Shopping for Your ‘True Love’? This Year’s List Is Cheaper and Shorter
PITTSBURGH – If you’re shopping for your true love this Christmas season, you’re in for a substantial discount, as PNC’s annual Christmas Price Index has fallen 58.5% from last year.
Calculated annually since 1984, the index catalogues the price of buying each gift in “The 12 Days of Christmas.” This year’s total, the bank reports, is $16,168.10. The “true cost” of the gifts – that is, buying each gift as it’s repeated in the song, for a total of 364 gifts – is $105,561.80, down from $170,298.03 in 2019.
The drop in price is due to the lack of availability for live performers – nine ladies dancing, 10 lords-a-leaping, 11 pipers piping and 12 drummers drumming – because of the coronavirus pandemic.
“While some performing arts groups are finding ways to engage, such as through virtual presentations, it’s a silent night at most symphonies and the lights have dimmed on many dance companies, as reflected in this year’s significant drop in PNC’s CPI data,” said Amanda Agati, chief investment strategist for PNC Financial Services Group, in the report.
“These artisans, like many consumers, have another round of fiscal stimulus at the top of their Christmas wish lists as regional economic restrictions go back into effect for the holidays,” she continued. “Advocates for the arts are not out of options for the performance-lover on their nice list, as many performing arts organizations are holding virtual performances and are grateful for donations this COVID-19 Christmas.”
The largest year-to-year price increases came in purchase of fowl for your true love, as the price of two turtle doves rose 50% to $450, three French hens rose 15.7% $210 to and six geese (a-laying, naturally) rose 35.7% to $570. The price of seven swans held steady at $13,125.
“The inability for consumers to eat at restaurants or even get takeout during the lockdowns drove an increased need for cooking at home, leading to an unexpected increase in demand (and subsequently prices) for our fowl friends.
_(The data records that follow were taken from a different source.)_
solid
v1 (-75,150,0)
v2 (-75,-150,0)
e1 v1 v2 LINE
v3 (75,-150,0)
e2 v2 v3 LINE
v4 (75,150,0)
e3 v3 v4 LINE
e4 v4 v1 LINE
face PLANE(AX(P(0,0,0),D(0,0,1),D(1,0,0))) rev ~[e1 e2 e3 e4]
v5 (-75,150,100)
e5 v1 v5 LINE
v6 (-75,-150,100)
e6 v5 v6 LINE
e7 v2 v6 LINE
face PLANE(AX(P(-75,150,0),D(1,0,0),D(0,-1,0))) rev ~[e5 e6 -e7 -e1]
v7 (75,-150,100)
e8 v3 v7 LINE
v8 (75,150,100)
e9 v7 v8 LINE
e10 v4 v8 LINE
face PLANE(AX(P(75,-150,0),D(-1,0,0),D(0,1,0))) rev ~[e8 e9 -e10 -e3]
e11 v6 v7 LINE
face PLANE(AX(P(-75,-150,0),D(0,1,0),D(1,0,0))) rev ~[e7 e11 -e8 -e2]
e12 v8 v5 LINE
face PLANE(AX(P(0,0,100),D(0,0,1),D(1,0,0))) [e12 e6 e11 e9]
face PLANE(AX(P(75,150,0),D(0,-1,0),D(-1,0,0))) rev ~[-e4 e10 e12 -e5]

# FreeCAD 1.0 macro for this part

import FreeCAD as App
import Part
import Sketcher
from FreeCAD import Vector
Q = App.Units.Quantity

doc = App.newDocument("Part")
body = doc.addObject("PartDesign::Body", "Body")

# Sketch on XY plane
sketch1 = body.newObject("Sketcher::SketchObject", "Sketch")
sketch1.AttachmentSupport = (doc.getObject("XY_Plane"), [""])
sketch1.MapMode = "FlatFace"
sketch1.addGeometry([
    Part.LineSegment(Vector(75, 150, 0), Vector(-75, 150, 0)),
    Part.LineSegment(Vector(-75, 150, 0), Vector(-75, -150, 0)),
    Part.LineSegment(Vector(-75, -150, 0), Vector(75, -150, 0)),
    Part.LineSegment(Vector(75, -150, 0), Vector(75, 150, 0)),
], False)
sketch1.addConstraint([
    Sketcher.Constraint("Coincident", 0, 2, 1, 1),
    Sketcher.Constraint("Coincident", 1, 2, 2, 1),
    Sketcher.Constraint("Coincident", 2, 2, 3, 1),
    Sketcher.Constraint("Coincident", 3, 2, 0, 1),
    Sketcher.Constraint("Horizontal", 0),
    Sketcher.Constraint("Vertical", 1),
    Sketcher.Constraint("Horizontal", 2),
    Sketcher.Constraint("Vertical", 3),
    Sketcher.Constraint("Symmetric", 0, 2, 2, 2, -1, 1),
    Sketcher.Constraint("DistanceX", 0, 2, 0, 1, Q("150 mm")),
    Sketcher.Constraint("DistanceY", 1, 2, 1, 1, Q("300 mm")),
])
pad1 = body.newObject("PartDesign::Pad", "Pad")
pad1.Profile = sketch1
pad1.Length = 100

doc.recompute()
COVID-19 accelerated the trend toward backyard farming that has been slowly catching on over the last few years,” Agati says.
The only other gifts that posted a price increase over last year are gold rings (five of them) at $945.
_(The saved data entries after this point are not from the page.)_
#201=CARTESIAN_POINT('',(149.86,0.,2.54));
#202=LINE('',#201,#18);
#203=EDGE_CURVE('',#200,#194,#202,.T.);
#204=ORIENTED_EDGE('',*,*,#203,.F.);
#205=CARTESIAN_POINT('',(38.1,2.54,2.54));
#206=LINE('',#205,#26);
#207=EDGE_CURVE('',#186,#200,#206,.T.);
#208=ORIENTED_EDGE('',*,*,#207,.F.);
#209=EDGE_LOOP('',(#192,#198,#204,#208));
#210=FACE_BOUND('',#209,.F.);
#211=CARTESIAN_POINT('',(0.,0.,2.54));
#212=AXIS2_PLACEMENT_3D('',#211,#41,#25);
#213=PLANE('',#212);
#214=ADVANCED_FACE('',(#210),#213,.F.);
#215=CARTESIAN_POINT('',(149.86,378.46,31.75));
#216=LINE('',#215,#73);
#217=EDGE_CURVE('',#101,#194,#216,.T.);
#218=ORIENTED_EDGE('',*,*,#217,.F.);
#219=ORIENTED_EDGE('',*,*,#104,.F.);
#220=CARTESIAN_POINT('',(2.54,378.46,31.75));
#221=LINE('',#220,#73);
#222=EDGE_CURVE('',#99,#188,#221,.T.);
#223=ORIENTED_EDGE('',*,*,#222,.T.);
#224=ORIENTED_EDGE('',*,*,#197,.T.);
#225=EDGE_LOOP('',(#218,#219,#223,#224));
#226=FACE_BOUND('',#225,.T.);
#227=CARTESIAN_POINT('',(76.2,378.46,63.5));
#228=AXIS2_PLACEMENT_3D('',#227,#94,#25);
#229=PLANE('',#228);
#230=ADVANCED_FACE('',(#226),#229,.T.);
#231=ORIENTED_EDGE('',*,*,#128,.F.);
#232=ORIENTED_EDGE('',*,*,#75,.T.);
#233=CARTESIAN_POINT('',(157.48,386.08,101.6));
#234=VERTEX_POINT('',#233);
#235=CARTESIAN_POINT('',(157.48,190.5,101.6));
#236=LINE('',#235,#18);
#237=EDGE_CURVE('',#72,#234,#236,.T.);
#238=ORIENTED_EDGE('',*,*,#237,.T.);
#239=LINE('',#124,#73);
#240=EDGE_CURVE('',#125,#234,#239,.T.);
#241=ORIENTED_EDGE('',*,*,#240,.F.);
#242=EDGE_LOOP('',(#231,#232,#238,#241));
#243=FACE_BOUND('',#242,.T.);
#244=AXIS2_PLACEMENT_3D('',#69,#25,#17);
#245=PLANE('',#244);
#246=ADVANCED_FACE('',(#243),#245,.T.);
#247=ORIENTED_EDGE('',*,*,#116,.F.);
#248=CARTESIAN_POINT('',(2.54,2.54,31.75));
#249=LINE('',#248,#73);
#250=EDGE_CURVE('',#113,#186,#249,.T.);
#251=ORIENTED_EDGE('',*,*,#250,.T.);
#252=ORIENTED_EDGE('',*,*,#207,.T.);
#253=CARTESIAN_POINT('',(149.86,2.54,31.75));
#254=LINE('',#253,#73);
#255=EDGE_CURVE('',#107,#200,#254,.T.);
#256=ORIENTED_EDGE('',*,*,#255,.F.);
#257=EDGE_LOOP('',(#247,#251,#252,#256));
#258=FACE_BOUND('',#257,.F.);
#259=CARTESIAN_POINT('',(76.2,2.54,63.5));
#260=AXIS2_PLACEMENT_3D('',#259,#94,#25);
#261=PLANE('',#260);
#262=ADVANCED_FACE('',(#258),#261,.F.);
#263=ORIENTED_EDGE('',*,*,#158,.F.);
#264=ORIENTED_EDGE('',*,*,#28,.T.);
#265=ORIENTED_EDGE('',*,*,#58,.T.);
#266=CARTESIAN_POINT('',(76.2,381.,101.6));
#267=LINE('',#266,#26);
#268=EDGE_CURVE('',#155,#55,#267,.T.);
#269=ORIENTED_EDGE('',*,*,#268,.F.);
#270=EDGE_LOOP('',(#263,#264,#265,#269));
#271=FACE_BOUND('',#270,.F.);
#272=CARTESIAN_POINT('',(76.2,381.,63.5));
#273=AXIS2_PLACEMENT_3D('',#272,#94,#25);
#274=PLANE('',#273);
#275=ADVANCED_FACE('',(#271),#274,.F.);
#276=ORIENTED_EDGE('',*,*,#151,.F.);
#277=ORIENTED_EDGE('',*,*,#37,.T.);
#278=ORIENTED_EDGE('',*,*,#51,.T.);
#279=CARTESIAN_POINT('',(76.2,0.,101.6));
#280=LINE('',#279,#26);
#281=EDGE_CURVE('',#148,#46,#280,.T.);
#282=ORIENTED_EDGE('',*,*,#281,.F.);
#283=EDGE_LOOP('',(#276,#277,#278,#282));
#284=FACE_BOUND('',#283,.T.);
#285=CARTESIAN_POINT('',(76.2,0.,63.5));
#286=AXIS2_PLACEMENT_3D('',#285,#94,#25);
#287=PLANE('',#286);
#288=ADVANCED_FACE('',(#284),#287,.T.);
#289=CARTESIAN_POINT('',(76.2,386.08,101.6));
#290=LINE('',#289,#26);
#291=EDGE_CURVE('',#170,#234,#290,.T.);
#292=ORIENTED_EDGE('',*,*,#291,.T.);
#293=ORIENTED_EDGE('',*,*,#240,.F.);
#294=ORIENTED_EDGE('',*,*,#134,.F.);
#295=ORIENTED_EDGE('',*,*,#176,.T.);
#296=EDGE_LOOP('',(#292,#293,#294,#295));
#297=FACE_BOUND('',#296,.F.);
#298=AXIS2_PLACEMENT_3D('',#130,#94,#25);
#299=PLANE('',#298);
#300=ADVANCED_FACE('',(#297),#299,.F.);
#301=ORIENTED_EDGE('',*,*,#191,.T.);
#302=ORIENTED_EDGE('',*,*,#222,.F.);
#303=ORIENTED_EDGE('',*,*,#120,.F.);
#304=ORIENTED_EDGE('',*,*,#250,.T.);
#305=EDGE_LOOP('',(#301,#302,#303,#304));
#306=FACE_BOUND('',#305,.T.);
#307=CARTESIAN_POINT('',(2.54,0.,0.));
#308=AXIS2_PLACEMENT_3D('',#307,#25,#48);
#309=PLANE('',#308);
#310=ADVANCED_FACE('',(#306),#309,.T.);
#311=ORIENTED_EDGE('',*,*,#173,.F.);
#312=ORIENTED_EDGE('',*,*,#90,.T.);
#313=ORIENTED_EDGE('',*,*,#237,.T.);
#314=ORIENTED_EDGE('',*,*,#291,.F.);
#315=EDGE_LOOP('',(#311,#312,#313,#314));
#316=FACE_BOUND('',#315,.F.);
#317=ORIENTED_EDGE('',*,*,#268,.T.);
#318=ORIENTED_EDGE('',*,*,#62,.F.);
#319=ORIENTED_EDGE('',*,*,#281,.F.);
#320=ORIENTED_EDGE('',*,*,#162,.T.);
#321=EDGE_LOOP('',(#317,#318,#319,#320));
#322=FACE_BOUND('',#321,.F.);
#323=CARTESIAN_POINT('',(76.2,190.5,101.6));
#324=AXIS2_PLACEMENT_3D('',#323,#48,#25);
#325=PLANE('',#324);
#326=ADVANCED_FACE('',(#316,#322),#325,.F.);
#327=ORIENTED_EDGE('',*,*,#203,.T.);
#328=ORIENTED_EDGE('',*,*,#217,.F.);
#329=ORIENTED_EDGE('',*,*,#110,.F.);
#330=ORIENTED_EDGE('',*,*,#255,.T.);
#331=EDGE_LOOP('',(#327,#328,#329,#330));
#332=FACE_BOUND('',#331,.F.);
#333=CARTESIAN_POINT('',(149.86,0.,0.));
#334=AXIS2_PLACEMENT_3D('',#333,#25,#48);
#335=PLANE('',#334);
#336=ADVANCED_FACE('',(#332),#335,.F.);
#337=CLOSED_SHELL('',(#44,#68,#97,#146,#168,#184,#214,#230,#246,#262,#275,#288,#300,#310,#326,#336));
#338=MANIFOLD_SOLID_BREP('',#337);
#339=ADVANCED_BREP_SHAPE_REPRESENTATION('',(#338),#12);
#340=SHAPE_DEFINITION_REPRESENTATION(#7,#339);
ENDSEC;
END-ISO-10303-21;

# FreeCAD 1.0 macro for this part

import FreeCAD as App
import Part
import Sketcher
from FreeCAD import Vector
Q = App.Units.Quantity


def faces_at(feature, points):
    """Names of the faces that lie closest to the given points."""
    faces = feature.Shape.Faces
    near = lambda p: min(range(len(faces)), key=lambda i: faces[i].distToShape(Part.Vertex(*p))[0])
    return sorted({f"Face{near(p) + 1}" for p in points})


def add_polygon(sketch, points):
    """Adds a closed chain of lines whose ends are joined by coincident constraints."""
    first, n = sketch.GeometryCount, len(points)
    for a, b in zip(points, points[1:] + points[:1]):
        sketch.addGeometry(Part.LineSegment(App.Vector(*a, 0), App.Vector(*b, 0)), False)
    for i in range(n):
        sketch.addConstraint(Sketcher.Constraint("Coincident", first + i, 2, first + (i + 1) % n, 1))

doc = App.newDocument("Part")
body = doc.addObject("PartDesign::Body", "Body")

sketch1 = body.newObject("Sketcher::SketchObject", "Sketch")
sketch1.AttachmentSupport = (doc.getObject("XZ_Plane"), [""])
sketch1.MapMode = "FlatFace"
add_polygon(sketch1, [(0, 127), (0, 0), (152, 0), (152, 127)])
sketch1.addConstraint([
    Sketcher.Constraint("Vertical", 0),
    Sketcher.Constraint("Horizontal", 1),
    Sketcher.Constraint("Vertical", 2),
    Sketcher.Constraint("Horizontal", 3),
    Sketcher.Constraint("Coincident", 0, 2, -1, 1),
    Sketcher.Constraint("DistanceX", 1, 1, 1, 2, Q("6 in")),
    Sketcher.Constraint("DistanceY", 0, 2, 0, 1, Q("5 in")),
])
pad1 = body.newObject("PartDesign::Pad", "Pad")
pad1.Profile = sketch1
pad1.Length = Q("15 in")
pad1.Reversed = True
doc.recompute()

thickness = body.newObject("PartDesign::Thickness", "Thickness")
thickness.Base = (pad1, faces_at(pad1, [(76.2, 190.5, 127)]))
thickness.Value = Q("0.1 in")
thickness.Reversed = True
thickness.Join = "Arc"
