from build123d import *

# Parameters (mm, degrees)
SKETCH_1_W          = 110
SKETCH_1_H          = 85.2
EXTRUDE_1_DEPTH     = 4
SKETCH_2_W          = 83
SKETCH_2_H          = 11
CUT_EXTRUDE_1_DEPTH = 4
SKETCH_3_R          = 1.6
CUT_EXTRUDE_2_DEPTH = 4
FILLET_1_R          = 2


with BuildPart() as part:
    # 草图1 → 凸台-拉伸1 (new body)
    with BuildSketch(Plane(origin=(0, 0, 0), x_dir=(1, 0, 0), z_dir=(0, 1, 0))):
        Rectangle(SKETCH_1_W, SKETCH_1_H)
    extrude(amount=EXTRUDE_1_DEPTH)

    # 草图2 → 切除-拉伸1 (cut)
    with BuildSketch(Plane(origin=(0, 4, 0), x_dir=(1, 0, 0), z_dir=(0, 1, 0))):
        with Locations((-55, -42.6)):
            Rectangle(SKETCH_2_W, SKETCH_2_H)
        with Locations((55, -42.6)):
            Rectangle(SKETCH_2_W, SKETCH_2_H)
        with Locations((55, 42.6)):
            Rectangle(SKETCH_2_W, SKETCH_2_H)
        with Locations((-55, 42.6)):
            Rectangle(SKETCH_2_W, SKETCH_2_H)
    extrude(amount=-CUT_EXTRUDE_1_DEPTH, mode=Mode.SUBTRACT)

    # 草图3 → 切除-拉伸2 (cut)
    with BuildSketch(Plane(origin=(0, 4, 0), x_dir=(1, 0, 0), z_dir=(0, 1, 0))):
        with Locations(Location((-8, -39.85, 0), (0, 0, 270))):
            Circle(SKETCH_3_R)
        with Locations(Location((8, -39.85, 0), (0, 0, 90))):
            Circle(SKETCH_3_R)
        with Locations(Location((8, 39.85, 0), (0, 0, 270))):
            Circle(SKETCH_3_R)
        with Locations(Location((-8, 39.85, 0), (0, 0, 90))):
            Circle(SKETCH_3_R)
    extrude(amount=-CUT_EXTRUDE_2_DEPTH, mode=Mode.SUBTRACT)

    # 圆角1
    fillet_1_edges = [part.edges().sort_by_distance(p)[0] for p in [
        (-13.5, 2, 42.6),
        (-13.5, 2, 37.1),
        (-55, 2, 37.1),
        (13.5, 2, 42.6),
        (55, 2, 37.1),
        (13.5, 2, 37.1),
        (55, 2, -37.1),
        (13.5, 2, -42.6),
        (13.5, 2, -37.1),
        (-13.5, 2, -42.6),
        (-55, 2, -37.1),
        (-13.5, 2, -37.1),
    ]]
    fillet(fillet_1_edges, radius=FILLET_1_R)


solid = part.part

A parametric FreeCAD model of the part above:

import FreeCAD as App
import Part
import Sketcher


def edges_at(feature, points):
    """Names of the edges that pass closest to the given points."""
    edges = feature.Shape.Edges
    near = lambda p: min(range(len(edges)), key=lambda i: edges[i].distToShape(Part.Vertex(*p))[0])
    return sorted({f"Edge{near(p) + 1}" for p in points})


def add_polygon(sketch, points):
    """Adds a closed chain of lines whose ends are joined by coincident constraints."""
    first, n = sketch.GeometryCount, len(points)
    for a, b in zip(points, points[1:] + points[:1]):
        sketch.addGeometry(Part.LineSegment(App.Vector(*a, 0), App.Vector(*b, 0)), False)
    for i in range(n):
        sketch.addConstraint(Sketcher.Constraint("Coincident", first + i, 2, first + (i + 1) % n, 1))

doc = App.newDocument("Part")
body = doc.addObject("PartDesign::Body", "Body")

# Sketch on XZ plane
sketch1 = doc.addObject("Sketcher::SketchObject", "Sketch")
body.addObject(sketch1)
sketch1.AttachmentSupport = (doc.XZ_Plane, [""])
sketch1.MapMode = "FlatFace"
add_polygon(sketch1, [(-55, -42.6), (-55, 42.6), (55, 42.6), (55, -42.6)])  # lines 0-3
sketch1.addConstraint(Sketcher.Constraint("Vertical", 0))
sketch1.addConstraint(Sketcher.Constraint("Horizontal", 1))
sketch1.addConstraint(Sketcher.Constraint("Vertical", 2))
sketch1.addConstraint(Sketcher.Constraint("Horizontal", 3))
sketch1.addConstraint(Sketcher.Constraint("Symmetric", 0, 2, 2, 2, -1, 1))
sketch1.addConstraint(Sketcher.Constraint("DistanceX", 1, 1, 1, 2, 110.0))
sketch1.addConstraint(Sketcher.Constraint("DistanceY", 0, 1, 0, 2, 85.2))
pad1 = doc.addObject("PartDesign::Pad", "Pad")
body.addObject(pad1)
pad1.Profile = sketch1
pad1.Length = 4
pad1.Reversed = True

# Sketch on XZ plane
sketch2 = doc.addObject("Sketcher::SketchObject", "Sketch001")
body.addObject(sketch2)
sketch2.AttachmentSupport = (doc.XZ_Plane, [""])
sketch2.MapMode = "FlatFace"
sketch2.AttachmentOffset = App.Placement(App.Vector(0, 0, -4), App.Rotation())
add_polygon(sketch2, [(-96.5, 37.1), (-96.5, 48.1), (-13.5, 48.1), (-13.5, 37.1)])  # lines 0-3
add_polygon(sketch2, [(13.5, 37.1), (13.5, 48.1), (96.5, 48.1), (96.5, 37.1)])  # lines 4-7
add_polygon(sketch2, [(13.5, -48.1), (13.5, -37.1), (96.5, -37.1), (96.5, -48.1)])  # lines 8-11
add_polygon(sketch2, [(-96.5, -48.1), (-96.5, -37.1), (-13.5, -37.1), (-13.5, -48.1)])  # lines 12-15
sketch2.addConstraint(Sketcher.Constraint("Vertical", 0))
sketch2.addConstraint(Sketcher.Constraint("Horizontal", 1))
sketch2.addConstraint(Sketcher.Constraint("Vertical", 2))
sketch2.addConstraint(Sketcher.Constraint("Horizontal", 3))
sketch2.addConstraint(Sketcher.Constraint("Vertical", 4))
sketch2.addConstraint(Sketcher.Constraint("Horizontal", 5))
sketch2.addConstraint(Sketcher.Constraint("Vertical", 6))
sketch2.addConstraint(Sketcher.Constraint("Horizontal", 7))
sketch2.addConstraint(Sketcher.Constraint("Vertical", 8))
sketch2.addConstraint(Sketcher.Constraint("Horizontal", 9))
sketch2.addConstraint(Sketcher.Constraint("Vertical", 10))
sketch2.addConstraint(Sketcher.Constraint("Horizontal", 11))
sketch2.addConstraint(Sketcher.Constraint("Vertical", 12))
sketch2.addConstraint(Sketcher.Constraint("Horizontal", 13))
sketch2.addConstraint(Sketcher.Constraint("Vertical", 14))
sketch2.addConstraint(Sketcher.Constraint("Horizontal", 15))
sketch2.addConstraint(Sketcher.Constraint("Symmetric", 2, 2, 8, 2, -1, 1))
sketch2.addConstraint(Sketcher.Constraint("Symmetric", 0, 2, 10, 2, -1, 1))
sketch2.addConstraint(Sketcher.Constraint("Symmetric", 6, 2, 12, 2, -1, 1))
sketch2.addConstraint(Sketcher.Constraint("Symmetric", 4, 2, 14, 2, -1, 1))
sketch2.addConstraint(Sketcher.Constraint("Symmetric", 1, 2, 4, 2, -2))
sketch2.addConstraint(Sketcher.Constraint("Symmetric", 3, 2, 6, 2, -2))
sketch2.addConstraint(Sketcher.Constraint("DistanceX", 1, 1, 1, 2, 83.0))
sketch2.addConstraint(Sketcher.Constraint("DistanceY", 0, 1, 0, 2, 11.0))
sketch2.addConstraint(Sketcher.Constraint("DistanceX", 1, 2, 4, 2, 27.0))
sketch2.addConstraint(Sketcher.Constraint("DistanceY", -1, 1, 0, 2, 48.1))
pocket1 = doc.addObject("PartDesign::Pocket", "Pocket")
body.addObject(pocket1)
pocket1.Profile = sketch2
pocket1.Length = 4
pocket1.Reversed = True

# Sketch on XZ plane
sketch3 = doc.addObject("Sketcher::SketchObject", "Sketch002")
body.addObject(sketch3)
sketch3.AttachmentSupport = (doc.XZ_Plane, [""])
sketch3.MapMode = "FlatFace"
sketch3.AttachmentOffset = App.Placement(App.Vector(0, 0, -4), App.Rotation())
sketch3.addGeometry(Part.Circle(App.Vector(-8, 39.85, 0), App.Vector(0, 0, 1), 1.6), False)
sketch3.addGeometry(Part.Circle(App.Vector(8, 39.85, 0), App.Vector(0, 0, 1), 1.6), False)
sketch3.addGeometry(Part.Circle(App.Vector(8, -39.85, 0), App.Vector(0, 0, 1), 1.6), False)
sketch3.addGeometry(Part.Circle(App.Vector(-8, -39.85, 0), App.Vector(0, 0, 1), 1.6), False)
sketch3.addConstraint(Sketcher.Constraint("Equal", 0, 1))
sketch3.addConstraint(Sketcher.Constraint("Equal", 1, 2))
sketch3.addConstraint(Sketcher.Constraint("Equal", 2, 3))
sketch3.addConstraint(Sketcher.Constraint("Symmetric", 0, 3, 2, 3, -1, 1))
sketch3.addConstraint(Sketcher.Constraint("Symmetric", 1, 3, 3, 3, -1, 1))
sketch3.addConstraint(Sketcher.Constraint("Symmetric", 0, 3, 1, 3, -2))
sketch3.addConstraint(Sketcher.Constraint("Diameter", 0, 3.2))
sketch3.addConstraint(Sketcher.Constraint("DistanceX", 0, 3, -1, 1, 8.0))
sketch3.addConstraint(Sketcher.Constraint("DistanceY", 2, 3, 1, 3, 79.7))
pocket2 = doc.addObject("PartDesign::Pocket", "Pocket001")
body.addObject(pocket2)
pocket2.Profile = sketch3
pocket2.Length = 4
pocket2.Reversed = True
doc.recompute()

fillet = doc.addObject("PartDesign::Fillet", "Fillet")
body.addObject(fillet)
fillet.Base = (pocket2, edges_at(pocket2, [
    (-13.5, 2, 42.6),
    (-13.5, 2, 37.1),
    (-55, 2, 37.1),
    (13.5, 2, 42.6),
    (55, 2, 37.1),
    (13.5, 2, 37.1),
    (55, 2, -37.1),
    (13.5, 2, -42.6),
    (13.5, 2, -37.1),
    (-13.5, 2, -42.6),
    (-55, 2, -37.1),
    (-13.5, 2, -37.1),
]))
fillet.Radius = 2

doc.recompute()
More information on PNC’s Christmas Price Index can be found HERE.
In the order they’re sung in the traditional song, the prices of each gift and they’re change from last year are:
- One partridge in a pear tree – $210.18, even. (Partridge – $20.18, pear tree – $190.)
- Two turtle doves – $450, even.
- Three French hens – $210, up 15.7%.
- Four calling birds – $599.96, even.
- Five gold rings – $945, up 14.5%.
- Six geese-a-laying – $570, up 35.7%.
- Seven swans-a-simming – $13,125, even.
- Eight maids-a-milking – $58, even.
- Nine ladies dancing – unavailable.
- 10 lords-a-leaping – unavailable.
- 11 pipers piping – unavailable.
- 12 drummers drumming – unavailable.
For tech-savvy true loves, the increased demand for online shopping has factored into the price index as well, with buying all possible gifts online costing an additional $4,186.95 over in-person shopping, for a grand total of $20,355.09. An internet-only “true cost” is $133,355.96.
“Despite excluding the items that were unavailable due to COVID-19, we still saw a 2.9% increase in the PNC CPI,” Agati says. “The largest price increases this year have come in the food and exotic pet categories. While this may initially seem like inflation is already here and potentially problematic, the categories depicted are very narrow and specialized. This isn’t indicative of a broad-based inflation spike.”